Virtual walks in Google Street View using PoseNet and applying Deep Learning models to recognize actions.
Para la versión en español, haz click aquí.
During the quarantine, we're currently experiencing due to the COVID-19 pandemic our rights to move freely on the street are trimmed in favour of the common wellbeing. People can only go out in certain situations like doing the grocery. Many borders are closed and travelling is almosy totally banned in most countries.
Virtual Walks is a project that uses Pose Estimation models along with LSTM neural networks in order to simulate walks in Google Street View. For pose estimation, PoseNet model has been adapted, while for the action detection part, an LSTM model has been developed using TensorFlow 2.0.
This project is capable of simulating walking around the street all over the world with the help of Google Street View.
Tensorflow 2.0, Selenium and Python 3.7 are the main technologies used in this project.
PoseNet has been combined with an LSTM model to infer the action that the person is performing. Once the action is detected it is pased to the controller; the part that interacts with Google Street View.
* Stand * Walk * Turn right * Turn left
Currently, there is another model that can be used to run this program. Instead of a LSTM, joint velocities are calculated across the frames in the 5-frame groups and passed along with the joint positions to a PCA and FF Neural Network to predict the action. The default model is the LSTM, as we consider it the methodologically correct one and is the model with the highest precission.
As the action prediction could be (depending on the host computer's specifications) much faster than the average walking speed, an action can be only executed once every 0.5 seconds. This parameter is customizable.
As it can be seen in the image, the skeleton is inferred form the image and an action is predicted and executed.
Remember that a Webcam is needed to use this program, as actions are predicted from the frames taken with it.
It is recommended to install it in a new Python 3.7 environment to avoid issues and version conflicts.
Install tensorflowjs, required to run ResNet:
pip install tensorflowjs
Clone and install tensorflowjs graph model converter, following the steps in tfjs-to-tf
Clone the git repository
git clone https://github.com/Moving-AI/virtual-walk.git
Install dependencies by running
pip install -r requirements.txt
Download the used models by running the download_models file. This script will download PoseNet models (MobileNet and ResNet with both output strides, 16 and 32), LSTM, PCA, scaler and neural network. The link to download the models separately can be found below.
cd virtual-walk python3 download_models.py
Finally, you can run execute.py to try it.
Considerations during usage:
Our experience using the model tells us that a slightly bright enviroment is preferred rather than a very bright one.
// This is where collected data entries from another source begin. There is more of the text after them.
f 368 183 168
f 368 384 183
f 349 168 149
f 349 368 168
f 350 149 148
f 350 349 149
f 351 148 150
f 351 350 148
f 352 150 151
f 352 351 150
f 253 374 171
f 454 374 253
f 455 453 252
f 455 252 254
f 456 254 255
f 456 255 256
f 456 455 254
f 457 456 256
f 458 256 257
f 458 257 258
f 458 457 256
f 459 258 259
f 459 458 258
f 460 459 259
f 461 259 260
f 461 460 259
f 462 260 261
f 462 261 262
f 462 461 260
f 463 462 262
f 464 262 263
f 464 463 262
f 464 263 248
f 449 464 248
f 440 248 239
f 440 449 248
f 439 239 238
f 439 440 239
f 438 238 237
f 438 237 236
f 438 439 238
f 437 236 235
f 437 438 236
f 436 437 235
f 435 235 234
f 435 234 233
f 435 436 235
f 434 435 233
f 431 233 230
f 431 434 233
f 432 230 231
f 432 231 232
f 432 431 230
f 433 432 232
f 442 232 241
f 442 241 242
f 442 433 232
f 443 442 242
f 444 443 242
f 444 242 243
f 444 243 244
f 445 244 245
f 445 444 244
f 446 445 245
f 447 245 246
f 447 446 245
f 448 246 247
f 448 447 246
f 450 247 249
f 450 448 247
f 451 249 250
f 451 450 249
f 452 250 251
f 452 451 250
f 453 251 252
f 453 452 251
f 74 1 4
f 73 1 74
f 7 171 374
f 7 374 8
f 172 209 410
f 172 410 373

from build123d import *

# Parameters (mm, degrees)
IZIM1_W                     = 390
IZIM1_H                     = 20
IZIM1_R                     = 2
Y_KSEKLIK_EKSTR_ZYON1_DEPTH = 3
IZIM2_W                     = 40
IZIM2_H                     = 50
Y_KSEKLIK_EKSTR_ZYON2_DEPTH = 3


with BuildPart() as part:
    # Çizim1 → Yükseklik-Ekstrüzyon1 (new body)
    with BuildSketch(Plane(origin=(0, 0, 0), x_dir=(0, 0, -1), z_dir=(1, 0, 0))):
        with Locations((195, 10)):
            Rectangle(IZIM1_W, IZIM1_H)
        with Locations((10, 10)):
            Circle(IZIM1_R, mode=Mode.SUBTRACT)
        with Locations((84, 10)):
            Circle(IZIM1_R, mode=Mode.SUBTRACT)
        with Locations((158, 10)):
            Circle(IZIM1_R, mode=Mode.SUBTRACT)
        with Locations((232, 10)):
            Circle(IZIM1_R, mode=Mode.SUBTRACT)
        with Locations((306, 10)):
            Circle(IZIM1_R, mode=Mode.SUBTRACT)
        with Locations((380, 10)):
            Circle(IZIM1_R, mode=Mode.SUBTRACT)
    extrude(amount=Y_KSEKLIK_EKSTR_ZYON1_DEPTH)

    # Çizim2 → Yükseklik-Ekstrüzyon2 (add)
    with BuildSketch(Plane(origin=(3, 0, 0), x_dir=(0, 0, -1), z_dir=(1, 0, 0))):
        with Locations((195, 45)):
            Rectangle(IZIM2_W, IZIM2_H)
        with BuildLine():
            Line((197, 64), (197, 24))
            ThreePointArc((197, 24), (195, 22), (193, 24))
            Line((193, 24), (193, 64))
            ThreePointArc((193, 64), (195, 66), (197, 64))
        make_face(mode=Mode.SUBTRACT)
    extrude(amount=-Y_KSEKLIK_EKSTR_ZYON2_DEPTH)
The system is sensitive to the position of the webcam.
To sum up, a position close to the one shown in the GIF should be used.
Probably the training part is the weakest in this project, due to our lack of training data and computing power. Our training data generation process consisted on 40 minutes of recordings. In each video, one person appeared making one specific action for a certain period of time. As it will be discussed in the next steps section, our models tend to overfit in spite of having a working system. An example of the training data can be seen below.
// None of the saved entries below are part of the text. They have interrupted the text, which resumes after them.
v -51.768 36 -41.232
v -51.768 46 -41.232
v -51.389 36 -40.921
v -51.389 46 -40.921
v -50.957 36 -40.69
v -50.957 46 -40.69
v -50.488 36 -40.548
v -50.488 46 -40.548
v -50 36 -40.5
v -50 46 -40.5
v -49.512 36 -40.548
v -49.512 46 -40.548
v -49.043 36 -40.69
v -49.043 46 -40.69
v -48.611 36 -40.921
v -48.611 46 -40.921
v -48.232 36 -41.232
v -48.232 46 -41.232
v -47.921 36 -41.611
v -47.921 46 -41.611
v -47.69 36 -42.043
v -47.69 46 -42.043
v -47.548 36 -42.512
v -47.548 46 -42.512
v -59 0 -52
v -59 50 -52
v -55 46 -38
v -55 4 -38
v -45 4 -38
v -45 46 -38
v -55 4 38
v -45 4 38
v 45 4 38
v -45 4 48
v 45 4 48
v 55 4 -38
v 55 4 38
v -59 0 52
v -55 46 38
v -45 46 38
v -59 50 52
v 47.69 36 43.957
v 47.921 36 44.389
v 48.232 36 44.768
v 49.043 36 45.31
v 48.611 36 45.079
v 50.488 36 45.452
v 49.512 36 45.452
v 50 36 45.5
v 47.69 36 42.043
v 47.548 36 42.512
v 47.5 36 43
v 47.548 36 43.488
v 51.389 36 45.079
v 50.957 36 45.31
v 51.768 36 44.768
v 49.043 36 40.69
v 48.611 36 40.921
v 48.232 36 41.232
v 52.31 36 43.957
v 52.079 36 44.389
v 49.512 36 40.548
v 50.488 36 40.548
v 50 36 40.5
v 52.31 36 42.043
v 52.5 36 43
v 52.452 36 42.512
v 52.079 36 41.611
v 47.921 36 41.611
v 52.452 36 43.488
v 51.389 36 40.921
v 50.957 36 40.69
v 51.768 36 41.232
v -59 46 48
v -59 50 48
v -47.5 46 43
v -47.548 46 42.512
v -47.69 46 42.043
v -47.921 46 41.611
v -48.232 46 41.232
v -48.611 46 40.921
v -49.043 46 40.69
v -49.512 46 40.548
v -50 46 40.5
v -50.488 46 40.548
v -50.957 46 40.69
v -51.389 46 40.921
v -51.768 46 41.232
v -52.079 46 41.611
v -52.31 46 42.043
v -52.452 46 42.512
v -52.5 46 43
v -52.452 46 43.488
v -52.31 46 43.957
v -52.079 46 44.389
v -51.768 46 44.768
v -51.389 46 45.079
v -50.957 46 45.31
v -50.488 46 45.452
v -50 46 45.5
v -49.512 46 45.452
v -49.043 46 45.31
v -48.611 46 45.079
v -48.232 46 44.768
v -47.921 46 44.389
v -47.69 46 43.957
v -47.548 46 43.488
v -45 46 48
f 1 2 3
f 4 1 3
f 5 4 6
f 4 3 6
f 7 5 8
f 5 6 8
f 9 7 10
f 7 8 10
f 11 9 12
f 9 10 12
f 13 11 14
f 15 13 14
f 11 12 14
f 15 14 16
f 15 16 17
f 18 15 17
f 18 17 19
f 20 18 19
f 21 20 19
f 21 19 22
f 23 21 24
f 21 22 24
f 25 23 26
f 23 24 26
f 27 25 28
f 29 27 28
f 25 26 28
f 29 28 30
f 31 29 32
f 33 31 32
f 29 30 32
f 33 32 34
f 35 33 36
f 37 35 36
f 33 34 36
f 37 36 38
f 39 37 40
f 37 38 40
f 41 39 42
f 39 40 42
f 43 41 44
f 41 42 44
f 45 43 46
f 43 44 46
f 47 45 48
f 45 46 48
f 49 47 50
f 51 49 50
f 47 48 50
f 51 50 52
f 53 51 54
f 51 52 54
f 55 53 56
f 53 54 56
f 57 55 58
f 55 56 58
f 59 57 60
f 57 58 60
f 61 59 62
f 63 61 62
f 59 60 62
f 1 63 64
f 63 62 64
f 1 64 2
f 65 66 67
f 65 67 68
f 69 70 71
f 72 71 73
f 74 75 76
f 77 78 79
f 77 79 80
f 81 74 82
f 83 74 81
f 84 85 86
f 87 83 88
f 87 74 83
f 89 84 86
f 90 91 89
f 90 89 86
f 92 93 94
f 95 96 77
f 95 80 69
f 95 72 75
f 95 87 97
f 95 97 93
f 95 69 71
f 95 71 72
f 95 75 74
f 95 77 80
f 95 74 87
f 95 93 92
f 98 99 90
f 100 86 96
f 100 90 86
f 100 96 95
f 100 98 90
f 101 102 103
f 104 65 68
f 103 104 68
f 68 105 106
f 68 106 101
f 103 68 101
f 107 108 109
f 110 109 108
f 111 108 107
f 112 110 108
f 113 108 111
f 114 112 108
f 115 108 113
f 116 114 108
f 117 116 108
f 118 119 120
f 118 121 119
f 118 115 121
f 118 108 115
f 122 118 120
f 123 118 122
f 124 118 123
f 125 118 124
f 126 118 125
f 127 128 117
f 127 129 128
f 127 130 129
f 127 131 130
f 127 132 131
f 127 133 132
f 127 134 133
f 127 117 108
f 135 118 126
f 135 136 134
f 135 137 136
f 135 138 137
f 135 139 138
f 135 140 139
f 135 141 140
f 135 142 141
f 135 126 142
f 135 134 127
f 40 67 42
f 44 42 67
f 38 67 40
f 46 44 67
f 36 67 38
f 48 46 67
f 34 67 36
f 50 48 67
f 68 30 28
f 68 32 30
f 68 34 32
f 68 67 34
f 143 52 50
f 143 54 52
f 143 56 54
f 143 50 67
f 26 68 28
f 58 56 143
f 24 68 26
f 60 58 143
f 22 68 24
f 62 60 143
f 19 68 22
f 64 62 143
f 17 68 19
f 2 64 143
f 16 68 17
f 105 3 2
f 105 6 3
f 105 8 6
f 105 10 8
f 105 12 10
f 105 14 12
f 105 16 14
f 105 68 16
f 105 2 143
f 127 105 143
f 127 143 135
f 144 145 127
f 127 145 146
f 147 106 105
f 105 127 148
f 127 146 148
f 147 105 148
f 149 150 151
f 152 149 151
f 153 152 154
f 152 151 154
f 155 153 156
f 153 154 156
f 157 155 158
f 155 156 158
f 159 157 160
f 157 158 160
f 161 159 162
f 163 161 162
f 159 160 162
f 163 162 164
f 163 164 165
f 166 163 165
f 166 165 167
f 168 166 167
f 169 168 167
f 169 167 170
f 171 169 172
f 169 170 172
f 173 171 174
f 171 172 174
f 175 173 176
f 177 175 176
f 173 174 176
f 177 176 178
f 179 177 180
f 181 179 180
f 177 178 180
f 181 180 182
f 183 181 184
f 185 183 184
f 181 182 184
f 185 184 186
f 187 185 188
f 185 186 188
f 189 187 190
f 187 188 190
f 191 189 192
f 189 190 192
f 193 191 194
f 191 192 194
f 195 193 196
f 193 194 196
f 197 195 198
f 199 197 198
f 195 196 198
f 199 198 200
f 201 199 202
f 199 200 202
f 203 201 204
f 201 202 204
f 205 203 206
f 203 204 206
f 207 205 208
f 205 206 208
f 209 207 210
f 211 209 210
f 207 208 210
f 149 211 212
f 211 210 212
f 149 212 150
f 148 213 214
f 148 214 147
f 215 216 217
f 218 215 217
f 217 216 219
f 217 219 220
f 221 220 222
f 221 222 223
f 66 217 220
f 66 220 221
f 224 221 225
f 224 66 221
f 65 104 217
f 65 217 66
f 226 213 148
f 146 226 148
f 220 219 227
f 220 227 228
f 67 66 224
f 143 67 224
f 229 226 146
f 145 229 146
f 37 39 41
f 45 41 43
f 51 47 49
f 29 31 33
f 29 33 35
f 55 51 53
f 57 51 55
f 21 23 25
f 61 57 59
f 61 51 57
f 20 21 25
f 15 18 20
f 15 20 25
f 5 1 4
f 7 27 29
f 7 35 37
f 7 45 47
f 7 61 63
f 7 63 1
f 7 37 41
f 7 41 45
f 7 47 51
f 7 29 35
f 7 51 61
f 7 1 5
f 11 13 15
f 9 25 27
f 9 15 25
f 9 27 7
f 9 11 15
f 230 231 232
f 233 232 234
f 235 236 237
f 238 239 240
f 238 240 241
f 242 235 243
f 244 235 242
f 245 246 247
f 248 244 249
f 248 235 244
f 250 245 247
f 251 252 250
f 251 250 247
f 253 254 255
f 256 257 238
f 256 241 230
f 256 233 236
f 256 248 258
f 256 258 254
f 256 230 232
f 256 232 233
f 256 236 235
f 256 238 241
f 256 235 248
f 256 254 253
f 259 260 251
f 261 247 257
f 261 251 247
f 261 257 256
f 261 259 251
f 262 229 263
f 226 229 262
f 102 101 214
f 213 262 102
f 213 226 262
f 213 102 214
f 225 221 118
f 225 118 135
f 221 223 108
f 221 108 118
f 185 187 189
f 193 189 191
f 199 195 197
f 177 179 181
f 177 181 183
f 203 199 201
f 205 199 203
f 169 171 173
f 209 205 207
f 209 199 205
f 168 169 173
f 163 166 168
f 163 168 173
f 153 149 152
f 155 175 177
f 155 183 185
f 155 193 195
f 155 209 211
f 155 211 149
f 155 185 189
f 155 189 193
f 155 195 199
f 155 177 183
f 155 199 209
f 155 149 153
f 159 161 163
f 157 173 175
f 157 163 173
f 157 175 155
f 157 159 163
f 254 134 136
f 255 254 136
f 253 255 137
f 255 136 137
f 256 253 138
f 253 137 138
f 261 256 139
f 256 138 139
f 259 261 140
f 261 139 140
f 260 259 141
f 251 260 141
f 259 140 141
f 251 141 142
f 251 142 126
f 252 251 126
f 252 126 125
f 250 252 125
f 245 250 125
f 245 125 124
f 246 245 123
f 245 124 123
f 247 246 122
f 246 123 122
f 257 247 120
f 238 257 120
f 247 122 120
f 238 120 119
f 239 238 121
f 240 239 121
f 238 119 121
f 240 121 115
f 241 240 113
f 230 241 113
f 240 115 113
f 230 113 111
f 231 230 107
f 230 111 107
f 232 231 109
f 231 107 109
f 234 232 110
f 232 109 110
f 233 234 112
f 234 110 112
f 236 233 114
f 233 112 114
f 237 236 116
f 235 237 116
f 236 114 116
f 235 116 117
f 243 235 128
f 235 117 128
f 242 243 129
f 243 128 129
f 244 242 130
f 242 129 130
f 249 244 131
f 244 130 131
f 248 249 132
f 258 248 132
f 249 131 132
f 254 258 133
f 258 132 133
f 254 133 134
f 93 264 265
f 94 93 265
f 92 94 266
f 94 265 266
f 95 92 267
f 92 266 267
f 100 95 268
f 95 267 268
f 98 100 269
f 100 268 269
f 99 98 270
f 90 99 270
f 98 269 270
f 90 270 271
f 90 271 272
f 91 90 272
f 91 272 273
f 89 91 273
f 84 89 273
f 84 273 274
The models we have trained and the ones from which the examples have been generated can be downloaded running the download_models file. In the images below the training performance is shown:
If someone wants to train another LSTM model, the DataProcessor class is provided. It can process the videos located in a folder, reading the valid frame numbers from a labels.txt file and generating a CSV file with the training examples. This file can be used in train.py to generate a new LSTM model. The path for this model would be passed to the WebcamPredictor class and the system would use this new model.
Generating more training data. In this project we have tried to get what could be considered a MVP, robustness has never been a main goal. As it can be seen in the Training section, the model does not appear to overfit, even knowing that LSTM tend very much to overfit. However, the training and testing data are very similar, as the videos are people making "loop" actions. So we expect the model to have underlying overfitting that cannot be detected witout more videos. Probably, recording more videos in different light conditions would make the model more robust and consistent.
Turning to the right and to the left are not predicted with the same accuracy in spite of being symmetric actions. A specular reflection of the coordinates could be used to be more consistent in the turn predictions.
This project is under MIT license. See LICENSE for more details.